Btw, the complaint of you not being able to do banking through your browser anymore while it does not support TLS 1.3 really made me laugh, thank you!
I don't think you realize just how big the risk is that you are putting yourself in with such old software.
The MAC address and assigned IP address are both visible outside that TLS tunnel. What information are you protecting from what threat?
You’re confusing different situations. The TLS 1.3 issue has nothing to do with the bank. Desktop computers are not trapped on old software. Androids are. The bank requires customers to:
I am ethically opposed to every single one of those preconditions independently, not only because of sloppy infosec and reckless disclosure but being forced to support a surveillance advertiser and also the power imbalance implied by non-free software. But just from an infosec PoV, why would a reader of cybersecurity on infosec.pub agree to all that?

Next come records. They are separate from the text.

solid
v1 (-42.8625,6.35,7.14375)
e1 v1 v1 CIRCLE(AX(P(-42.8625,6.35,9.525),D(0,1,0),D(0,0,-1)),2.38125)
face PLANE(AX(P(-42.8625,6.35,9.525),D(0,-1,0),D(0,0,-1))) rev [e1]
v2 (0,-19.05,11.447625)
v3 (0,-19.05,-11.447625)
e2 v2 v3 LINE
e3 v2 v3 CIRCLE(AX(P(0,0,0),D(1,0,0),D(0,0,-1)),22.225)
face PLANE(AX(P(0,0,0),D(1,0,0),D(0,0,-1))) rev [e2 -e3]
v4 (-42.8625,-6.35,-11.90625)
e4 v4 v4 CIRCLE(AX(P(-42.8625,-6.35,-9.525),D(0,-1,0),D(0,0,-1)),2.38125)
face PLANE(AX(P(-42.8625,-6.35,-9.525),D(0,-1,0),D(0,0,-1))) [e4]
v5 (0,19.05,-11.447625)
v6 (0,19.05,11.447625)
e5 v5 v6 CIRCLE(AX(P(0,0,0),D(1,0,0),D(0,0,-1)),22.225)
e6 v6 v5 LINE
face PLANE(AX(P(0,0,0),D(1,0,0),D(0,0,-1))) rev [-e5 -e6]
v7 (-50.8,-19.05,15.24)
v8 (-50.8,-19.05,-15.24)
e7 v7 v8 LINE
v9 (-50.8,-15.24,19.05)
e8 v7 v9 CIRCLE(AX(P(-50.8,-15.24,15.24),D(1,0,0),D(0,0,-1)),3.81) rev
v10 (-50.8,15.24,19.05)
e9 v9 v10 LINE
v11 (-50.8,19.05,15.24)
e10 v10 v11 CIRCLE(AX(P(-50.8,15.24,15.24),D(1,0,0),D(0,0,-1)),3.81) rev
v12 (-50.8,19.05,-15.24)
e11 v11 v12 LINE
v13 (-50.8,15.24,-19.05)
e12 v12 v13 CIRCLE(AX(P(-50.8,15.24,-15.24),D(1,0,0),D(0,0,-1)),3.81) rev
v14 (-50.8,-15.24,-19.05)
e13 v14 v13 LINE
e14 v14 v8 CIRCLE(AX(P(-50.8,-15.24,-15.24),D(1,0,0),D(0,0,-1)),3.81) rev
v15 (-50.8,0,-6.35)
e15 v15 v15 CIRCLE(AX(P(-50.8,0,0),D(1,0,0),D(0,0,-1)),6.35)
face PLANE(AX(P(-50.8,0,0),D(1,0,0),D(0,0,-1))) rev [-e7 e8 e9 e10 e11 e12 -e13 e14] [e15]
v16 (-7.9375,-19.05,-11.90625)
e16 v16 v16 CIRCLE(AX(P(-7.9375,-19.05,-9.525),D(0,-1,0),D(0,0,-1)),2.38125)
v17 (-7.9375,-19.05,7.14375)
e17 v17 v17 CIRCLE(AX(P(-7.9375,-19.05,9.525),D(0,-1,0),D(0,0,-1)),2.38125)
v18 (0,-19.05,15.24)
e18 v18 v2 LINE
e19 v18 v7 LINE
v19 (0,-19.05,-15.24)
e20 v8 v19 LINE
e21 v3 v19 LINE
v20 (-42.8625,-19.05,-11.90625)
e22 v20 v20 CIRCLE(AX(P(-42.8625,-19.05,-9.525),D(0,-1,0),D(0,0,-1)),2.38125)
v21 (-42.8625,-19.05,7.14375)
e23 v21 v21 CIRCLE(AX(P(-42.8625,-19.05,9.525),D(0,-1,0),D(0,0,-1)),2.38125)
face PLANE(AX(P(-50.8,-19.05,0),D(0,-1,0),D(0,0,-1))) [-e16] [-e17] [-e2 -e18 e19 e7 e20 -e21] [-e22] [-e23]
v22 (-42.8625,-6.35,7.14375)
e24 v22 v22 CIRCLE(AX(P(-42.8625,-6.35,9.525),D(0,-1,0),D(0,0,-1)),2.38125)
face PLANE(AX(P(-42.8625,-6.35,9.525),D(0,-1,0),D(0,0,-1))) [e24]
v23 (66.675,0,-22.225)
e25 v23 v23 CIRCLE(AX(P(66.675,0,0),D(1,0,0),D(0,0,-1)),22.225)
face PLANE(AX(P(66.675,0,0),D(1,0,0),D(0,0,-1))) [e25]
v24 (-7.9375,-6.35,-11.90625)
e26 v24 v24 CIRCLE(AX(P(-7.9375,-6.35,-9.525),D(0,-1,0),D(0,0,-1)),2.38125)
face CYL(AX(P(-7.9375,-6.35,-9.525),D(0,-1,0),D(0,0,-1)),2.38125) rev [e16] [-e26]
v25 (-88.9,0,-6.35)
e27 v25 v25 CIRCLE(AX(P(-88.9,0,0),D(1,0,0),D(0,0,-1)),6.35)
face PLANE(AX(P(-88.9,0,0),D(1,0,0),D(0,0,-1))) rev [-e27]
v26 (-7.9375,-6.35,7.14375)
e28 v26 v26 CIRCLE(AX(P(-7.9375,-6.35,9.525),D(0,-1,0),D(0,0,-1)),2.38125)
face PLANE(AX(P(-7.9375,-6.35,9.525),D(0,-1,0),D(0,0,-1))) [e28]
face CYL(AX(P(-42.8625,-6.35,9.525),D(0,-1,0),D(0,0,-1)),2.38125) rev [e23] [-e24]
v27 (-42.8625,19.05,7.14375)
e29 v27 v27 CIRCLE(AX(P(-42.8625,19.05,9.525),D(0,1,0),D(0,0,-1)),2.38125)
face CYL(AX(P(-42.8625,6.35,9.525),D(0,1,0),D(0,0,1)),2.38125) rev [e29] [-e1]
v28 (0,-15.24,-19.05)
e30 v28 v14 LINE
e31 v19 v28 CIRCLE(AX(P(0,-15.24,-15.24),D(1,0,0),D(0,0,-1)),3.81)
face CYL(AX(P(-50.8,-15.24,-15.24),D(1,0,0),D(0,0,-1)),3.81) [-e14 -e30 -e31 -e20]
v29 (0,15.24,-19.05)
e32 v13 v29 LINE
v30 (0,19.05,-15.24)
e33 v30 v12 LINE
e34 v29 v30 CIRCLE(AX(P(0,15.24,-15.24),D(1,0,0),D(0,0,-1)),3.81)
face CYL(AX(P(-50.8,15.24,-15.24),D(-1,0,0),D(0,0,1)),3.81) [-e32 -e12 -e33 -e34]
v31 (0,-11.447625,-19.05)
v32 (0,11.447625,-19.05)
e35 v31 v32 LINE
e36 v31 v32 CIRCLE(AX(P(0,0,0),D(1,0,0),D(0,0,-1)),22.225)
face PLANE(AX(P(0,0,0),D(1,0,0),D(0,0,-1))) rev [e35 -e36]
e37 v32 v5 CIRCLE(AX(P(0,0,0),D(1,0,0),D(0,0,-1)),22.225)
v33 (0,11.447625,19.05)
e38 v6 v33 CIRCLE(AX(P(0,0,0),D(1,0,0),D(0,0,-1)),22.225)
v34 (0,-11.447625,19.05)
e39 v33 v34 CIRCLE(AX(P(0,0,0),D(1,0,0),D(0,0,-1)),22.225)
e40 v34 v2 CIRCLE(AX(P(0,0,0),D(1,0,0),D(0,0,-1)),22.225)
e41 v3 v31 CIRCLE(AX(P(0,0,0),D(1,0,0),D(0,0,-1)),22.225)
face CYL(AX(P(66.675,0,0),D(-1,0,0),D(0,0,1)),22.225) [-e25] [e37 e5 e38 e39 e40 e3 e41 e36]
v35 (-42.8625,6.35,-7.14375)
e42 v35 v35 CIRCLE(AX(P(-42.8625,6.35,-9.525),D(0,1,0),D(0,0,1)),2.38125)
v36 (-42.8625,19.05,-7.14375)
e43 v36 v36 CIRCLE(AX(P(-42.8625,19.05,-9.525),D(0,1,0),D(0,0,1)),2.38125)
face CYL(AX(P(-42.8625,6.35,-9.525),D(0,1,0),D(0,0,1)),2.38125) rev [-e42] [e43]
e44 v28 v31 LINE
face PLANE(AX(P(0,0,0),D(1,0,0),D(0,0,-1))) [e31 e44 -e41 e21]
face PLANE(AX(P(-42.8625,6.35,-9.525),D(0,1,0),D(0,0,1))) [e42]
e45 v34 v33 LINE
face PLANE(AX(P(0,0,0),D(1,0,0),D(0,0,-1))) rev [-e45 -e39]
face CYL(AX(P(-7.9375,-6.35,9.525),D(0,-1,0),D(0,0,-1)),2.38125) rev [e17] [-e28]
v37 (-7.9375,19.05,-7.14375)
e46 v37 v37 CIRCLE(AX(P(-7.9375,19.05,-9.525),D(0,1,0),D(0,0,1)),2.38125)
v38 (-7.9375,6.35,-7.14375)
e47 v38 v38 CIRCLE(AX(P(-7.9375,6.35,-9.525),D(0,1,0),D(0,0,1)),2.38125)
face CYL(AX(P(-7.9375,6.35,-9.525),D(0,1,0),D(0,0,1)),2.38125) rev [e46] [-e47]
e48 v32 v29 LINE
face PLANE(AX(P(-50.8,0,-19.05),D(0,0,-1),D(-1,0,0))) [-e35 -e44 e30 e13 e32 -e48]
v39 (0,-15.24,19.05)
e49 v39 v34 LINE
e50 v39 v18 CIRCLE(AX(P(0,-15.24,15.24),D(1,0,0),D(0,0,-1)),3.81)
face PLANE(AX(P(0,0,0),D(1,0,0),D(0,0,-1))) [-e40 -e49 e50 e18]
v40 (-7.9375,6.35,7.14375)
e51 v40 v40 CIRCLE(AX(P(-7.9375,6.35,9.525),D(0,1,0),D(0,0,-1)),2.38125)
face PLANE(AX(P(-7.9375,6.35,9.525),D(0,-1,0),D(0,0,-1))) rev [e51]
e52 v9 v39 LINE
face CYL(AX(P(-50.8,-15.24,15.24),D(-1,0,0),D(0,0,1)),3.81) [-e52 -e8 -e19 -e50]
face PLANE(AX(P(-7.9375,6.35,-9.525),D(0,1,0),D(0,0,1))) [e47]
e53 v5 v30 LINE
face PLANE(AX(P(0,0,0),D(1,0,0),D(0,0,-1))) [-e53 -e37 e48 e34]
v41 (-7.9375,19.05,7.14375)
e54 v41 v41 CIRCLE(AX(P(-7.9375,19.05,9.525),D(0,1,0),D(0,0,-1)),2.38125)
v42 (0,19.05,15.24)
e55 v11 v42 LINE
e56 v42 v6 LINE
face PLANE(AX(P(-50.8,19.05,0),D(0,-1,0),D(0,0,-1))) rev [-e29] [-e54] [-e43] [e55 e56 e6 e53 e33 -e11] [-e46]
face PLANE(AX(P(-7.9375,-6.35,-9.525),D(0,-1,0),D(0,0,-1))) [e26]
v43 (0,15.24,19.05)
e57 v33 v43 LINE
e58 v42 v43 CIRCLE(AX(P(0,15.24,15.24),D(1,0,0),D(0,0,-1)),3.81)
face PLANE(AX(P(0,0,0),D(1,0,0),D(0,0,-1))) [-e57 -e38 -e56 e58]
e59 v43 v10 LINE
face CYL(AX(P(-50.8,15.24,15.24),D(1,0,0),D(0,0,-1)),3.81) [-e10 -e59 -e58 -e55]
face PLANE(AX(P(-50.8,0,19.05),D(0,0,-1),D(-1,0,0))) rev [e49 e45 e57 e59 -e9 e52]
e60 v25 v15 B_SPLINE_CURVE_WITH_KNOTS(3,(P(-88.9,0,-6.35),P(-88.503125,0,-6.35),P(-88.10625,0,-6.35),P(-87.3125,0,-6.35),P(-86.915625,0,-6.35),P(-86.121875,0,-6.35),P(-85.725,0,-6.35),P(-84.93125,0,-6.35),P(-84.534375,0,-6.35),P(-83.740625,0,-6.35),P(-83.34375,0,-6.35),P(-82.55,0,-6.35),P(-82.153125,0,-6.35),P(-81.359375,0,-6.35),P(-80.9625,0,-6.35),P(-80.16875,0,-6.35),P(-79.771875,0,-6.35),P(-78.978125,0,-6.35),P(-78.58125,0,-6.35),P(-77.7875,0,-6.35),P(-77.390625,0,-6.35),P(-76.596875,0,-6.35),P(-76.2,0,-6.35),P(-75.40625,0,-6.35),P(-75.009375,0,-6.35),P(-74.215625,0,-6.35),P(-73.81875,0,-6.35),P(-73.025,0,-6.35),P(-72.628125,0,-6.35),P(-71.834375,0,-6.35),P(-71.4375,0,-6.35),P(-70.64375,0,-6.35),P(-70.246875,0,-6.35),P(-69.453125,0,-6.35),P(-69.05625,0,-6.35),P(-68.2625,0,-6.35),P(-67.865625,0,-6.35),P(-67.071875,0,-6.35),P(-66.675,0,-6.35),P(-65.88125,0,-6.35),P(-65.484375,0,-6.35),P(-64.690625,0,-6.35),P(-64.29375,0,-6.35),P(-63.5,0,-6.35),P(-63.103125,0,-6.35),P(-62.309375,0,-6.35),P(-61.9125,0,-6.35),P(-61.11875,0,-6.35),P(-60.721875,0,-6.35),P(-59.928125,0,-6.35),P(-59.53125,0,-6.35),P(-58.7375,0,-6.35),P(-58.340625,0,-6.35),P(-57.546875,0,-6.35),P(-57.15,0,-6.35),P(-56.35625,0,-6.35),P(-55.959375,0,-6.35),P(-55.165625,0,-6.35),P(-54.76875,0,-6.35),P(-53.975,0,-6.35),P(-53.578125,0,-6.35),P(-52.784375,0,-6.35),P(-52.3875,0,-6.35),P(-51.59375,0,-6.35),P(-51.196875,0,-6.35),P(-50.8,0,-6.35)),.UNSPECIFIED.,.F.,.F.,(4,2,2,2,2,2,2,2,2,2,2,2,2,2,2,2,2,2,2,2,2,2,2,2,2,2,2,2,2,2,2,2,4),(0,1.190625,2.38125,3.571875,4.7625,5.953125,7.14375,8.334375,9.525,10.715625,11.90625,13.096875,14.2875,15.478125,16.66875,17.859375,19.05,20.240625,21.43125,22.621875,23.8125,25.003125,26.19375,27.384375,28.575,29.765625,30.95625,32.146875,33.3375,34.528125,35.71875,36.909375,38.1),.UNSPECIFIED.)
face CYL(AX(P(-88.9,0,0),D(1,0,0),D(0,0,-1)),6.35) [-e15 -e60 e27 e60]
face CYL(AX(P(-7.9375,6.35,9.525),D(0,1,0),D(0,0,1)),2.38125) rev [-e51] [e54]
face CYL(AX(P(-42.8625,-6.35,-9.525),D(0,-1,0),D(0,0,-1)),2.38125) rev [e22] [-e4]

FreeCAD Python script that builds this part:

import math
import FreeCAD as App
import Part
import Sketcher
Q = App.Units.Quantity


def edges_at(feature, points):
    """Names of the edges that pass closest to the given points."""
    edges = feature.Shape.Edges
    near = lambda p: min(range(len(edges)), key=lambda i: edges[i].distToShape(Part.Vertex(*p))[0])
    return sorted({f"Edge{near(p) + 1}" for p in points})

doc = App.newDocument("Part")
params = doc.addObject("Spreadsheet::Sheet", "Params")
for row, (alias, value) in enumerate([
    ("sketch1_radius", "0.875 in"),
    ("pad1_length", "2.625 in"),
    ("sketch2_width", "1.5 in"),
    ("pad2_length", "2 in"),
    ("sketch3_diameter", "0.5 in"),
    ("pad3_length", "1.5 in"),
    ("sketch4_diameter", "0.1875 in"),
    ("pocket1_length", "0.5 in"),
    ("sketch5_diameter", "0.1875 in"),
    ("pocket2_length", "0.5 in"),
    ("fillet_radius", "0.15 in"),
], start=1):
    params.set(f"A{row}", alias)
    params.set(f"B{row}", "=" + value)
    params.setAlias(f"B{row}", alias)

body = doc.addObject("PartDesign::Body", "Body")

# Sketch on YZ plane
sketch1 = body.newObject("Sketcher::SketchObject", "Sketch")
sketch1.AttachmentSupport = (doc.getObject("YZ_Plane"), [""])
sketch1.MapMode = "FlatFace"
sketch1.addGeometry([
    Part.ArcOfCircle(Part.Circle(App.Vector(0, 0, 0), App.Vector(0, 0, 1), 22.225), math.radians(-90), math.radians(-58.997281)),  # 0
    Part.ArcOfCircle(Part.Circle(App.Vector(0, 0, 0), App.Vector(0, 0, 1), 22.225), math.radians(-58.997281), math.radians(-31.002719)),  # 1
    Part.ArcOfCircle(Part.Circle(App.Vector(0, 0, 0), App.Vector(0, 0, 1), 22.225), math.radians(-31.002719), math.radians(31.002719)),  # 2
    Part.ArcOfCircle(Part.Circle(App.Vector(0, 0, 0), App.Vector(0, 0, 1), 22.225), math.radians(31.002719), math.radians(58.997281)),  # 3
    Part.ArcOfCircle(Part.Circle(App.Vector(0, 0, 0), App.Vector(0, 0, 1), 22.225), math.radians(58.997281), math.radians(121.002719)),  # 4
    Part.ArcOfCircle(Part.Circle(App.Vector(0, 0, 0), App.Vector(0, 0, 1), 22.225), math.radians(121.002719), math.radians(148.997281)),  # 5
    Part.ArcOfCircle(Part.Circle(App.Vector(0, 0, 0), App.Vector(0, 0, 1), 22.225), math.radians(148.997281), math.radians(211.002719)),  # 6
    Part.ArcOfCircle(Part.Circle(App.Vector(0, 0, 0), App.Vector(0, 0, 1), 22.225), math.radians(-148.997281), math.radians(-121.002719)),  # 7
    Part.ArcOfCircle(Part.Circle(App.Vector(0, 0, 0), App.Vector(0, 0, 1), 22.225), math.radians(-121.002719), math.radians(-90)),  # 8
], False)
sketch1.addConstraint([
    Sketcher.Constraint("Tangent", 0, 2, 1, 1),
    Sketcher.Constraint("Tangent", 1, 2, 2, 1),
    Sketcher.Constraint("Tangent", 2, 2, 3, 1),
    Sketcher.Constraint("Tangent", 3, 2, 4, 1),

You don’t seem to realize Android phones are designed for obsolescence and desktop PCs are not. The elimination of web access ensures users will be accessing their bank accounts with older software. Why would you endorse that? Not sure you realize that using an Android emulator ensures the ability to constantly run bleeding edge updated software. But the bank won’t have it. You also overestimate the security of code you cannot see to satisfy your threat model. How do you know the bank itself does not have spyware in their app that’s contrary to your security posture? Of course they do. They want to KYC.